Hmm, well it doesn't seem to be any problem with the docker compose then as best as I can tell. I picked a random ext4 flash drive and replicated your setup with the UID and GID set and it seems to work fine:
# /etc/fstab
/dev/sda1 /home/<me>/mount/ext_hdd_01 ext4 defaults 0 2
~/mount % ls -an
total 12
drwxr-xr-x 3 1000 1000 4096 Mar 27 16:22 .
drwx------ 86 1000 1000 4096 Mar 27 16:31 ..
drwxrwxrwx 3 0 0 4096 Mar 27 16:26 ext_hdd_01
~/mount/ext_hdd_01 % ls -an
total 6521728
drwxrwxrwx 3 0 0 4096 Mar 27 16:26 .
drwxr-xr-x 3 1000 1000 4096 Mar 27 16:22 ..
-rw-r--r-- 1 1000 1000 6678214224 May 5 2024 PXL_20240504_233345242.mp4
drwxrwxrwx 2 0 0 16384 May 5 2024 lost+found
-rwxr--r-- 1 1000 1000 5 Mar 27 16:27 test.txt
# ~/samba/docker-compose.yml
services:
samba:
image: dockurr/samba
container_name: samba
environment:
NAME: "Data"
USER: "user"
PASS: "pass"
UID: "1000"
GID: "1000"
ports:
- 445:445
volumes:
- /home/<me>/mount:/storage
restart: always
I was able to play the PXL.mp4 video from my desktop and write back the test.txt file
Have you checked the logs with docker logs -f samba to see if there's anything there?
Also you could try to access the HD from within the container, using docker exec -it samba bash and then cd into /storage and see what happens.
I'm CURSED I tells ya! I'll look at the logs tomorrow. Good to know that you can get it working. Maybe I'm close then.
What displays when you run "id" as your user? You'll want it to match what your inputting in the docker compose. I may have missed it but I didn't see you identify what your personal UID and GID are in the Google doc.
As a janky fallback, what if you just added a new smb user and password and see if that one connects: sudo smbpasswd -a
OK let's run through some debug steps.
Test to see if samba is working by using a docker volume instead of trying to mount a file path.
If that works we can then assume its purely a file permission issue.
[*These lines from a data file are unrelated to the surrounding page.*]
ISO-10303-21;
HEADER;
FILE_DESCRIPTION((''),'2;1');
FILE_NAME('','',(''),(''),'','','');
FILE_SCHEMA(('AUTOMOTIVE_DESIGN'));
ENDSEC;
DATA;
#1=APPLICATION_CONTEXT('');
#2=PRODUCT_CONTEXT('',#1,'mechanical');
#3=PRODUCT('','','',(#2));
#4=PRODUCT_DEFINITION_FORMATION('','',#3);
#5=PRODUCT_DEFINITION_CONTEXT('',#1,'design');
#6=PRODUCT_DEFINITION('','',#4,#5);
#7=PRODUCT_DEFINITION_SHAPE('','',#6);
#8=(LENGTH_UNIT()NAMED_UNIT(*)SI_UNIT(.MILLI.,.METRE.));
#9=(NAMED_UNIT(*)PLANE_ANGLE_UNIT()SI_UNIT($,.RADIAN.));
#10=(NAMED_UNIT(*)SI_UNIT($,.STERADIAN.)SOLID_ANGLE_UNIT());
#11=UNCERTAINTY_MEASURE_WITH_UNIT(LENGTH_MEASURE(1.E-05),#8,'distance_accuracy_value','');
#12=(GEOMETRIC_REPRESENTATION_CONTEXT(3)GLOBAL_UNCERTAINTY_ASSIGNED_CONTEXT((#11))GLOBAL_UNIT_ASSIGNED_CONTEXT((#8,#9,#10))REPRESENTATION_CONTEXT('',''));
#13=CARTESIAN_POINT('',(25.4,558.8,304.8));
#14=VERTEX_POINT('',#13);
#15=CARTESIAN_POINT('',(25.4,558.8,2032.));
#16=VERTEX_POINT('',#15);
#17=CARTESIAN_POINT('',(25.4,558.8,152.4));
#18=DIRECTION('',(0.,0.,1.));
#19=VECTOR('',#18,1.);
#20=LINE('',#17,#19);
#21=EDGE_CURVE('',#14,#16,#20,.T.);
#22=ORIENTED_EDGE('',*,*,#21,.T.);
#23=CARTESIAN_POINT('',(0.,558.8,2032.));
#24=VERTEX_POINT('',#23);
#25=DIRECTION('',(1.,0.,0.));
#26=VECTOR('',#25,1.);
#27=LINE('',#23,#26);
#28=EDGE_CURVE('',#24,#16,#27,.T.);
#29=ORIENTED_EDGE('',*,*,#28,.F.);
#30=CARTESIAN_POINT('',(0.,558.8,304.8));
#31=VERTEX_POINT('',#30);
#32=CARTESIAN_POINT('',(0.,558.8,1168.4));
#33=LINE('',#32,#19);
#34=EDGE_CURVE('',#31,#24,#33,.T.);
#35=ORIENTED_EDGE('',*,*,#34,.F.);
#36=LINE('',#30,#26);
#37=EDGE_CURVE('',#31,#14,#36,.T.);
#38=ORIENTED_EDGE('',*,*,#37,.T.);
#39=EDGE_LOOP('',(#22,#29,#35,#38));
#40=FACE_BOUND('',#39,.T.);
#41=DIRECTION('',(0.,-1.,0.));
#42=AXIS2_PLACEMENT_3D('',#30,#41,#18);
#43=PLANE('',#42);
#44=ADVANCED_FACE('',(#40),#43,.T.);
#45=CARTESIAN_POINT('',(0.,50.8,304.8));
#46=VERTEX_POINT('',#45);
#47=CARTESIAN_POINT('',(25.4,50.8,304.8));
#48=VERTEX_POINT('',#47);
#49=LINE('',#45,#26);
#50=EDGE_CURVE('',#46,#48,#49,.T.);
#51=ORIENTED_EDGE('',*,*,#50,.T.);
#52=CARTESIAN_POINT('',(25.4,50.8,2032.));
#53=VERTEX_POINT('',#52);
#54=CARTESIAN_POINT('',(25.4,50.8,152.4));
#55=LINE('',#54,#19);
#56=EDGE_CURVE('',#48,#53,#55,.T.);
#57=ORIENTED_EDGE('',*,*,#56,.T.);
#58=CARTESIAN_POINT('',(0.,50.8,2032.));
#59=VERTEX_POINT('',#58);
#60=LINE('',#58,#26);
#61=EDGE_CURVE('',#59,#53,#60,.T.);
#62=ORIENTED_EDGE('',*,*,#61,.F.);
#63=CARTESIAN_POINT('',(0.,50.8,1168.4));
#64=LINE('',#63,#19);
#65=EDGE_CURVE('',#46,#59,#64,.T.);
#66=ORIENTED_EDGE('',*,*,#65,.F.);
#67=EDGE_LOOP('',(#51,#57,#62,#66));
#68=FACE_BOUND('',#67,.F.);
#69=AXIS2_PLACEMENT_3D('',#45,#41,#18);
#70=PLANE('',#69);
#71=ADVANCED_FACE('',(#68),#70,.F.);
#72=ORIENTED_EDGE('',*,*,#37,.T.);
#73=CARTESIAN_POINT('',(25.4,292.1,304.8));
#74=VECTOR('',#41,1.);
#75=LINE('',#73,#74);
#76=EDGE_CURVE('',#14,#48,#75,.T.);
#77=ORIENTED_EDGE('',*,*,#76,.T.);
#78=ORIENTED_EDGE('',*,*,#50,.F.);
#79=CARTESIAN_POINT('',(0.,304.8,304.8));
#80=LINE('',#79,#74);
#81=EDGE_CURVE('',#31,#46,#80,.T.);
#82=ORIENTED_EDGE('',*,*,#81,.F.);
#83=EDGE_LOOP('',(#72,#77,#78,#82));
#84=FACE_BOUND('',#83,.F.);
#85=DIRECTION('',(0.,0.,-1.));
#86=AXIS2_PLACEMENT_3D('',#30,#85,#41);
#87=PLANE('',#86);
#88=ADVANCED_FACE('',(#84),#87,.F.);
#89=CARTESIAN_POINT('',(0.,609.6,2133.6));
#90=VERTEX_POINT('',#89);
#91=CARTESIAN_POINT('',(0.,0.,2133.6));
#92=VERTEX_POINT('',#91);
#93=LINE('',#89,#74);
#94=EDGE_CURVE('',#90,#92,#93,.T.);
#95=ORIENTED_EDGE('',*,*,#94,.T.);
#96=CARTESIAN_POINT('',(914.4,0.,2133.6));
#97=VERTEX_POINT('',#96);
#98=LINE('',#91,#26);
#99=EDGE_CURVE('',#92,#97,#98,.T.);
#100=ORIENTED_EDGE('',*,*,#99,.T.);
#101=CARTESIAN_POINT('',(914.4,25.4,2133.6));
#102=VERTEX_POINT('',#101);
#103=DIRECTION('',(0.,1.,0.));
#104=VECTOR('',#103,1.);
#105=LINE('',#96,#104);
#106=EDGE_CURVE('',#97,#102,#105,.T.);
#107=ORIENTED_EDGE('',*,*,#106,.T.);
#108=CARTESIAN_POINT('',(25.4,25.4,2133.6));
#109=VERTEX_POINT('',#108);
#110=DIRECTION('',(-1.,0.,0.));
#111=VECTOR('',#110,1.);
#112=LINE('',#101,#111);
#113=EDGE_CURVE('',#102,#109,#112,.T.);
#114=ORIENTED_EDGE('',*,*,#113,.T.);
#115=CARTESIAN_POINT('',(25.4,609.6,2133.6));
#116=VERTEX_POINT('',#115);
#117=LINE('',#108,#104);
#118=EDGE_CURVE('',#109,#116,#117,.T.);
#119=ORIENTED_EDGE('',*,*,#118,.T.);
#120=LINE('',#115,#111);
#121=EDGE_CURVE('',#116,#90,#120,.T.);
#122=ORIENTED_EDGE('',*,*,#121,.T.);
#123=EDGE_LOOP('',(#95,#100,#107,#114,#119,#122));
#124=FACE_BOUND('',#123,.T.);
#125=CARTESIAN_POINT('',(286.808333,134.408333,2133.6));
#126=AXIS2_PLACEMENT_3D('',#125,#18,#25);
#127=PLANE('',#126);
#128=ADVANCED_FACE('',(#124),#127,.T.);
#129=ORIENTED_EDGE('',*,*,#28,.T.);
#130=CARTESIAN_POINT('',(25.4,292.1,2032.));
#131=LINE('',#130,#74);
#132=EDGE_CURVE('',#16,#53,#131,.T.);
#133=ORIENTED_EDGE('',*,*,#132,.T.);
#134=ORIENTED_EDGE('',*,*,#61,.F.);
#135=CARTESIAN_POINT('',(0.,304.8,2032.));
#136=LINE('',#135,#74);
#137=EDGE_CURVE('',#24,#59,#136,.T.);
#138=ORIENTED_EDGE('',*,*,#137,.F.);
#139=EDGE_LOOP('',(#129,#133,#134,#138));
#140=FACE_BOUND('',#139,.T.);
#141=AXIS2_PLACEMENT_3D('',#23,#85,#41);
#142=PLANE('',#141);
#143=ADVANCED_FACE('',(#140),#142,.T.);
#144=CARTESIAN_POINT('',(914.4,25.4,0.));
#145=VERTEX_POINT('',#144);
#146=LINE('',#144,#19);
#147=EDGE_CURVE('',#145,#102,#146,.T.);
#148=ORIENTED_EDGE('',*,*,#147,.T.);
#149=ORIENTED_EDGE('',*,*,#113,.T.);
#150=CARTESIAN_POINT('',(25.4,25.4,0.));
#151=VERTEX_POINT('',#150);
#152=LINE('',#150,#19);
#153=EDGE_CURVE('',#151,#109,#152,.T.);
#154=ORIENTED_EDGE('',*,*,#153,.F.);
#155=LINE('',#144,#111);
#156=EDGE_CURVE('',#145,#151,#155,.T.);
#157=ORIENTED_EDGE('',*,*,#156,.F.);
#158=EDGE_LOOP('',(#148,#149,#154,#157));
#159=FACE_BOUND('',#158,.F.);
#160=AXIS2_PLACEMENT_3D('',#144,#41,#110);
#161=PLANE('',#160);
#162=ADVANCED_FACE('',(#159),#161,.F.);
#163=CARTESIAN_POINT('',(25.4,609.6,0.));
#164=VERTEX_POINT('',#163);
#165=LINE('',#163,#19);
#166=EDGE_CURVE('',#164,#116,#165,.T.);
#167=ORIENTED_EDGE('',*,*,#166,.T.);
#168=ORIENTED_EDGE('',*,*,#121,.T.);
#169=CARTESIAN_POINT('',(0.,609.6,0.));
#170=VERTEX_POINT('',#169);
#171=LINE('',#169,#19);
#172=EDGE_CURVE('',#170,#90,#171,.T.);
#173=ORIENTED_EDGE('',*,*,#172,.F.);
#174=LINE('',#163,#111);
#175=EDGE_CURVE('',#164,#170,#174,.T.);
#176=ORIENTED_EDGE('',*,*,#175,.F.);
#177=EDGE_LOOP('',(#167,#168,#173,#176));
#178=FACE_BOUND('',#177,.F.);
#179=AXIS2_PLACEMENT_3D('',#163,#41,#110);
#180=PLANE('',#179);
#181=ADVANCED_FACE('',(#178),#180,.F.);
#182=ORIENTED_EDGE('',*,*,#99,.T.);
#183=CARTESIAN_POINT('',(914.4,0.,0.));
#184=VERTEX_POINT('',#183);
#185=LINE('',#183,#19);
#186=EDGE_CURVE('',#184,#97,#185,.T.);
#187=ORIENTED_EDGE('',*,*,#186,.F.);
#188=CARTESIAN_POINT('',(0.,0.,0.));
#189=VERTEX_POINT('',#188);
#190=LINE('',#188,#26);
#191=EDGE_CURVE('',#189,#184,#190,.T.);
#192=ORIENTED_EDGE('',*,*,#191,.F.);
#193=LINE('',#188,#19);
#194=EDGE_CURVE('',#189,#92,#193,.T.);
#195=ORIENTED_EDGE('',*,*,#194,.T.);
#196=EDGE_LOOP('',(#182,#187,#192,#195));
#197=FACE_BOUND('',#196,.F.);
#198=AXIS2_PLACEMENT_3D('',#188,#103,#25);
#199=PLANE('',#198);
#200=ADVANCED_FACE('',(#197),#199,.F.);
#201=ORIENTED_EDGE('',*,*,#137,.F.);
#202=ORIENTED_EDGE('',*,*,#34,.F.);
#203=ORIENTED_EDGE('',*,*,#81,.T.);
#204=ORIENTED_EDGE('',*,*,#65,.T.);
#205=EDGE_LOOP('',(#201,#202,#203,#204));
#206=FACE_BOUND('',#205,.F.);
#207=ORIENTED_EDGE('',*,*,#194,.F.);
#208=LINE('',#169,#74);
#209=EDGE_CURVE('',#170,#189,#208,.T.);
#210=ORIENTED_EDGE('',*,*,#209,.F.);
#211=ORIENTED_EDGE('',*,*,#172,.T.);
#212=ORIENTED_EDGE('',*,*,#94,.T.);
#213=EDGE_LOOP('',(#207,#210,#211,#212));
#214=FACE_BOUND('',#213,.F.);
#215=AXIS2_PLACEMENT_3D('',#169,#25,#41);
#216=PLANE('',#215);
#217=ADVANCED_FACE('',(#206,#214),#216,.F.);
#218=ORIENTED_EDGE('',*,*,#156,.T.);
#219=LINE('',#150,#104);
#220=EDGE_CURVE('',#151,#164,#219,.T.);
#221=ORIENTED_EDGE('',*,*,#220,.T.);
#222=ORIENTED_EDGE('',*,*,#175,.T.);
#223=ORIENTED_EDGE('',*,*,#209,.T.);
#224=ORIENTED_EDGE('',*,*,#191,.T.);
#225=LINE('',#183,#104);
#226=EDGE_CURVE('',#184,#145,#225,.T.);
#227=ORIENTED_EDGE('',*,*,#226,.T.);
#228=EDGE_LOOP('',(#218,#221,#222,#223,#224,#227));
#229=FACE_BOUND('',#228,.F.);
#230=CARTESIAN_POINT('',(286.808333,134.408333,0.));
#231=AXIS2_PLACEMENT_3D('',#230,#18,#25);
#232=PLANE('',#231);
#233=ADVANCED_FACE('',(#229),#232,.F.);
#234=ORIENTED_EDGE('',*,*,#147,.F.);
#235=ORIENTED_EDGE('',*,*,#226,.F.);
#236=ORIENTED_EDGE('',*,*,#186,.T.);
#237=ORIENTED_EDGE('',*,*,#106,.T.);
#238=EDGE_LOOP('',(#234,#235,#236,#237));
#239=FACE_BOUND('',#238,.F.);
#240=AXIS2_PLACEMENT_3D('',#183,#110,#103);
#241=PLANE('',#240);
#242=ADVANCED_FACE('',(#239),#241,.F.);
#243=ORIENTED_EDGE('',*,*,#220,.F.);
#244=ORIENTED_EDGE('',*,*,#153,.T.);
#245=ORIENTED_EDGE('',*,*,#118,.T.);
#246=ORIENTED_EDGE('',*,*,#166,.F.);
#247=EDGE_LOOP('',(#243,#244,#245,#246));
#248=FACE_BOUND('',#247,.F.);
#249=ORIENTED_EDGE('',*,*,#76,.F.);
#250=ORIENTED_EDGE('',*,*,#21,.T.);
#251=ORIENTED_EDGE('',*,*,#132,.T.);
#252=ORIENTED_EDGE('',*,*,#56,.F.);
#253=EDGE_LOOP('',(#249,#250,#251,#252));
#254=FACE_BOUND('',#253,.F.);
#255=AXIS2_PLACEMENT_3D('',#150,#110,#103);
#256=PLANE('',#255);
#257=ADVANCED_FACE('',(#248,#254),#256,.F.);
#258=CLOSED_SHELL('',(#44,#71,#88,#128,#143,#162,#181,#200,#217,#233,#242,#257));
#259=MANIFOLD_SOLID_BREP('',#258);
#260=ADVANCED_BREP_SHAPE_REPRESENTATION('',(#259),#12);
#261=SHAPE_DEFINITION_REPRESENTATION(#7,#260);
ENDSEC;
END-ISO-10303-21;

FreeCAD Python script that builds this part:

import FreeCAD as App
import Part
import Sketcher
from FreeCAD import Vector
Q = App.Units.Quantity

doc = App.newDocument("Part")
body = doc.addObject("PartDesign::Body", "Body")

sketch1 = body.newObject("Sketcher::SketchObject", "Sketch")
sketch1.AttachmentSupport = (doc.getObject("XY_Plane"), [""])
sketch1.MapMode = "FlatFace"
sketch1.addGeometry(Part.LineSegment(Vector(0, 610, 0), Vector(0, 0, 0)), False)
sketch1.addGeometry(Part.LineSegment(Vector(0, 0, 0), Vector(914, 0, 0)), False)
sketch1.addGeometry(Part.LineSegment(Vector(914, 0, 0), Vector(914, 25, 0)), False)
sketch1.addGeometry(Part.LineSegment(Vector(914, 25, 0), Vector(25, 25, 0)), False)
sketch1.addGeometry(Part.LineSegment(Vector(25, 25, 0), Vector(25, 610, 0)), False)
sketch1.addGeometry(Part.LineSegment(Vector(25, 610, 0), Vector(0, 610, 0)), False)
sketch1.addConstraint(Sketcher.Constraint("Coincident", 0, 2, 1, 1))
sketch1.addConstraint(Sketcher.Constraint("Coincident", 1, 2, 2, 1))
sketch1.addConstraint(Sketcher.Constraint("Coincident", 2, 2, 3, 1))
sketch1.addConstraint(Sketcher.Constraint("Coincident", 3, 2, 4, 1))
sketch1.addConstraint(Sketcher.Constraint("Coincident", 4, 2, 5, 1))
sketch1.addConstraint(Sketcher.Constraint("Coincident", 5, 2, 0, 1))
sketch1.addConstraint(Sketcher.Constraint("Vertical", 0))
sketch1.addConstraint(Sketcher.Constraint("Horizontal", 1))
sketch1.addConstraint(Sketcher.Constraint("Vertical", 2))
sketch1.addConstraint(Sketcher.Constraint("Horizontal", 3))
sketch1.addConstraint(Sketcher.Constraint("Vertical", 4))
sketch1.addConstraint(Sketcher.Constraint("Horizontal", 5))
sketch1.addConstraint(Sketcher.Constraint("Coincident", 0, 2, -1, 1))
sketch1.addConstraint(Sketcher.Constraint("Equal", 5, 2))
sketch1.addConstraint(Sketcher.Constraint("DistanceX", 1, 1, 1, 2, Q("36 in")))
sketch1.addConstraint(Sketcher.Constraint("DistanceX", 3, 2, 3, 1, Q("35 in")))
sketch1.addConstraint(Sketcher.Constraint("DistanceY", 0, 2, 0, 1, Q("24 in")))
pad1 = body.newObject("PartDesign::Pad", "Pad")
pad1.Profile = sketch1
pad1.Length = Q("84 in")
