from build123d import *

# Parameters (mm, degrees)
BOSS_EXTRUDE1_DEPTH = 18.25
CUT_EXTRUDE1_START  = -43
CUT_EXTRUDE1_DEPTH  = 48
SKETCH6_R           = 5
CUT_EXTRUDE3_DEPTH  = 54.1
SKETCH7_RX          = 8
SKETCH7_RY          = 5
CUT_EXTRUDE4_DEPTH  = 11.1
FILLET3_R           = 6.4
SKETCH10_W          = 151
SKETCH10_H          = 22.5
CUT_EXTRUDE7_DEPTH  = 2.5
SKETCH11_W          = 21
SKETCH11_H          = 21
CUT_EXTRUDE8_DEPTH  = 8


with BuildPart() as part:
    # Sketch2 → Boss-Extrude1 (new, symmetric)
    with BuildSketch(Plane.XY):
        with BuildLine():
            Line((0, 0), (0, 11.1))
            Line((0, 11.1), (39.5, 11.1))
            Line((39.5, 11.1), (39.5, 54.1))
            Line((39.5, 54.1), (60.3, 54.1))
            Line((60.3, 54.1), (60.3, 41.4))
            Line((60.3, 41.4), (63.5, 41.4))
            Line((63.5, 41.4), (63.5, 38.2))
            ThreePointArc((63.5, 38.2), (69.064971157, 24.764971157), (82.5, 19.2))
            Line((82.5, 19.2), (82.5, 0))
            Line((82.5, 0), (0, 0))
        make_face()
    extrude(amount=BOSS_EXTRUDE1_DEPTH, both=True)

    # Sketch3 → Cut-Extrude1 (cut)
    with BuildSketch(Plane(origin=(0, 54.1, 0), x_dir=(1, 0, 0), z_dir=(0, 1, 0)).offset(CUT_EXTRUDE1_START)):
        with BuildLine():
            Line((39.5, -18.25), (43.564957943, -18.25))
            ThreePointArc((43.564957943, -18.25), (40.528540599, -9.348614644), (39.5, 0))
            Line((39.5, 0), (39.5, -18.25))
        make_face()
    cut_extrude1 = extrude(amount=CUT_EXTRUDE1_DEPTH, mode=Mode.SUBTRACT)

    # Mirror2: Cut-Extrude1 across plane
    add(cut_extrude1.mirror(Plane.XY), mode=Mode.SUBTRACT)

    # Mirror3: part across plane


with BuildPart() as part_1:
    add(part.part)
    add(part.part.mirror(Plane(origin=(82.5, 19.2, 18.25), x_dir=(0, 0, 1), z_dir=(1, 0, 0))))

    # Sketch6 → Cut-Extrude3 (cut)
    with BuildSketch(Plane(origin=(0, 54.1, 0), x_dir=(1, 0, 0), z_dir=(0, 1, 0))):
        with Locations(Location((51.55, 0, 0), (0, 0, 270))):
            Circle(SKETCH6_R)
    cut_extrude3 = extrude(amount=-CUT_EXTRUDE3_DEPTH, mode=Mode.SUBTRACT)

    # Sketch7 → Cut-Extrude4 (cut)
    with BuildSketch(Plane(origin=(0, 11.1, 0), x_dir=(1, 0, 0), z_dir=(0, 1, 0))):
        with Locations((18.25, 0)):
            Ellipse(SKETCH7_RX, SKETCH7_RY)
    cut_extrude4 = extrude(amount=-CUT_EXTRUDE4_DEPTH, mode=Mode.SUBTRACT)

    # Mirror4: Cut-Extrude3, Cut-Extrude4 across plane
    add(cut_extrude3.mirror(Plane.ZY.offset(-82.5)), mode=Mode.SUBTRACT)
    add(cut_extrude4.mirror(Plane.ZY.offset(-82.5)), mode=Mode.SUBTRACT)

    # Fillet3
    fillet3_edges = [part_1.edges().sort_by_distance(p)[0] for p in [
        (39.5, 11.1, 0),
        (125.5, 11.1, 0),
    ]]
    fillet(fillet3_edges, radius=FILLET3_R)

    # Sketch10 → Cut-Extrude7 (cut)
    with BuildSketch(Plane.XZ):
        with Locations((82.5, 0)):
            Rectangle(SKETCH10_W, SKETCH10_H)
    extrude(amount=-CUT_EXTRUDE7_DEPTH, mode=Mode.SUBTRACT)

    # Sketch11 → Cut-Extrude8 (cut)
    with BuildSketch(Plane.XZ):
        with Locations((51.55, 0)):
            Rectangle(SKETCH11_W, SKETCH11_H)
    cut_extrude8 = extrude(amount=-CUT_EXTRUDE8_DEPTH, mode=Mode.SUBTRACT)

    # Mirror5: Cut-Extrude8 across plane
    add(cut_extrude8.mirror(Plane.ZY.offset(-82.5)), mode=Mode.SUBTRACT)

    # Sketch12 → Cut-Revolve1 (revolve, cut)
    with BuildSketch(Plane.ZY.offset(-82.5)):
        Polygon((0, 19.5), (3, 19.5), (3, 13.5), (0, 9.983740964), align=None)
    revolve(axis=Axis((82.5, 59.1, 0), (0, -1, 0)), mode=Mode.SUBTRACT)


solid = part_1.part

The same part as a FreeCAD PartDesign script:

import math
import FreeCAD as App
import Part
import Sketcher

V = App.Vector


def edges_at(feature, points):
    """Names of the edges that pass closest to the given points."""
    edges = feature.Shape.Edges
    near = lambda p: min(range(len(edges)), key=lambda i: edges[i].distToShape(Part.Vertex(*p))[0])
    return sorted({f"Edge{near(p) + 1}" for p in points})


def add_polygon(sketch, points):
    """Adds a closed chain of lines whose ends are joined by coincident constraints."""
    first, n = sketch.GeometryCount, len(points)
    for a, b in zip(points, points[1:] + points[:1]):
        sketch.addGeometry(Part.LineSegment(App.Vector(*a, 0), App.Vector(*b, 0)), False)
    for i in range(n):
        sketch.addConstraint(Sketcher.Constraint("Coincident", first + i, 2, first + (i + 1) % n, 1))

doc = App.newDocument("Part")
body = doc.addObject("PartDesign::Body", "Body")

# Sketch on XY plane
sketch1 = body.newObject("Sketcher::SketchObject", "Sketch")
sketch1.AttachmentSupport = (doc.getObject("XY_Plane"), [""])
sketch1.MapMode = "FlatFace"
sketch1.addGeometry(Part.LineSegment(V(0, 11.1, 0), V(0, 0, 0)), False)
sketch1.addGeometry(Part.LineSegment(V(0, 0, 0), V(82.5, 0, 0)), False)
sketch1.addGeometry(Part.LineSegment(V(82.5, 0, 0), V(82.5, 19.2, 0)), False)
sketch1.addGeometry(Part.ArcOfCircle(Part.Circle(V(82.5, 38.2, 0), V(0, 0, 1), 19), math.radians(180), math.radians(270)), False)
sketch1.addGeometry(Part.LineSegment(V(63.5, 38.2, 0), V(63.5, 41.4, 0)), False)
sketch1.addGeometry(Part.LineSegment(V(63.5, 41.4, 0), V(60.3, 41.4, 0)), False)
sketch1.addGeometry(Part.LineSegment(V(60.3, 41.4, 0), V(60.3, 54.1, 0)), False)
sketch1.addGeometry(Part.LineSegment(V(60.3, 54.1, 0), V(39.5, 54.1, 0)), False)
sketch1.addGeometry(Part.LineSegment(V(39.5, 54.1, 0), V(39.5, 11.1, 0)), False)
sketch1.addGeometry(Part.LineSegment(V(39.5, 11.1, 0), V(0, 11.1, 0)), False)
sketch1.addConstraint(Sketcher.Constraint("Coincident", 0, 2, 1, 1))
sketch1.addConstraint(Sketcher.Constraint("Coincident", 1, 2, 2, 1))
sketch1.addConstraint(Sketcher.Constraint("Coincident", 2, 2, 3, 2))
sketch1.addConstraint(Sketcher.Constraint("Tangent", 3, 1, 4, 1))
sketch1.addConstraint(Sketcher.Constraint("Coincident", 4, 2, 5, 1))
sketch1.addConstraint(Sketcher.Constraint("Coincident", 5, 2, 6, 1))
sketch1.addConstraint(Sketcher.Constraint("Coincident", 6, 2, 7, 1))
sketch1.addConstraint(Sketcher.Constraint("Coincident", 7, 2, 8, 1))
sketch1.addConstraint(Sketcher.Constraint("Coincident", 8, 2, 9, 1))
sketch1.addConstraint(Sketcher.Constraint("Coincident", 9, 2, 0, 1))
sketch1.addConstraint(Sketcher.Constraint("Vertical", 0))
sketch1.addConstraint(Sketcher.Constraint("Horizontal", 1))
sketch1.addConstraint(Sketcher.Constraint("Vertical", 2))
sketch1.addConstraint(Sketcher.Constraint("Vertical", 4))
sketch1.addConstraint(Sketcher.Constraint("Horizontal", 5))
sketch1.addConstraint(Sketcher.Constraint("Vertical", 6))
sketch1.addConstraint(Sketcher.Constraint("Horizontal", 7))
sketch1.addConstraint(Sketcher.Constraint("Vertical", 8))
sketch1.addConstraint(Sketcher.Constraint("Horizontal", 9))
sketch1.addConstraint(Sketcher.Constraint("Coincident", 0, 2, -1, 1))
sketch1.addConstraint(Sketcher.Constraint("Vertical", 3, 3, 1, 2))
sketch1.addConstraint(Sketcher.Constraint("Equal", 5, 4))
sketch1.addConstraint(Sketcher.Constraint("Radius", 3, 19.0))
sketch1.addConstraint(Sketcher.Constraint("DistanceY", 8, 2, 8, 1, 43.0))
sketch1.addConstraint(Sketcher.Constraint("DistanceX", 1, 1, 1, 2, 82.5))
sketch1.addConstraint(Sketcher.Constraint("DistanceX", 5, 2, 5, 1, 3.2))
sketch1.addConstraint(Sketcher.Constraint("DistanceX", 7, 2, 7, 1, 20.8))
sketch1.addConstraint(Sketcher.Constraint("DistanceY", 0, 2, 0, 1, 11.1))
sketch1.addConstraint(Sketcher.Constraint("DistanceY", 2, 1, 2, 2, 19.2))
pad1 = body.newObject("PartDesign::Pad", "Pad")
pad1.Profile = sketch1
pad1.Length = 36.5
pad1.Midplane = True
U can check/test that by opening a shell inside the docker container and doing investigation from their.
If from the container shell u have perm issues then u will probably need to use the docker parameter to specify the user id of the container to match that of ur host or alternativly set the filesystem to match that of the container (this will lock u out of ur servers user access to the filesystem as u will no longer be owner).
If the container shell has perms to do shit in the mounted volume then it's a samba config issue. I've never done it myself but I've heard that samba is a bitch to configure.
Does the docker user have permission to that folder?
How do I tell? In the docker-compose.yml file I put the user and password for my server user. I thought that was going to make it work?
In case you haven't realized, the user and pass in the docker compose are for setting the user/pass that you will enter on windows to access the share. It doesn't have to be the same as the Linux server user account - though mine is the same because it's easier to remember.
That's the old style of doing things.
These days everything is set via extended attributes.
I did the same. Not because I knew, but because I was unsure if permissions would fail if I didn't.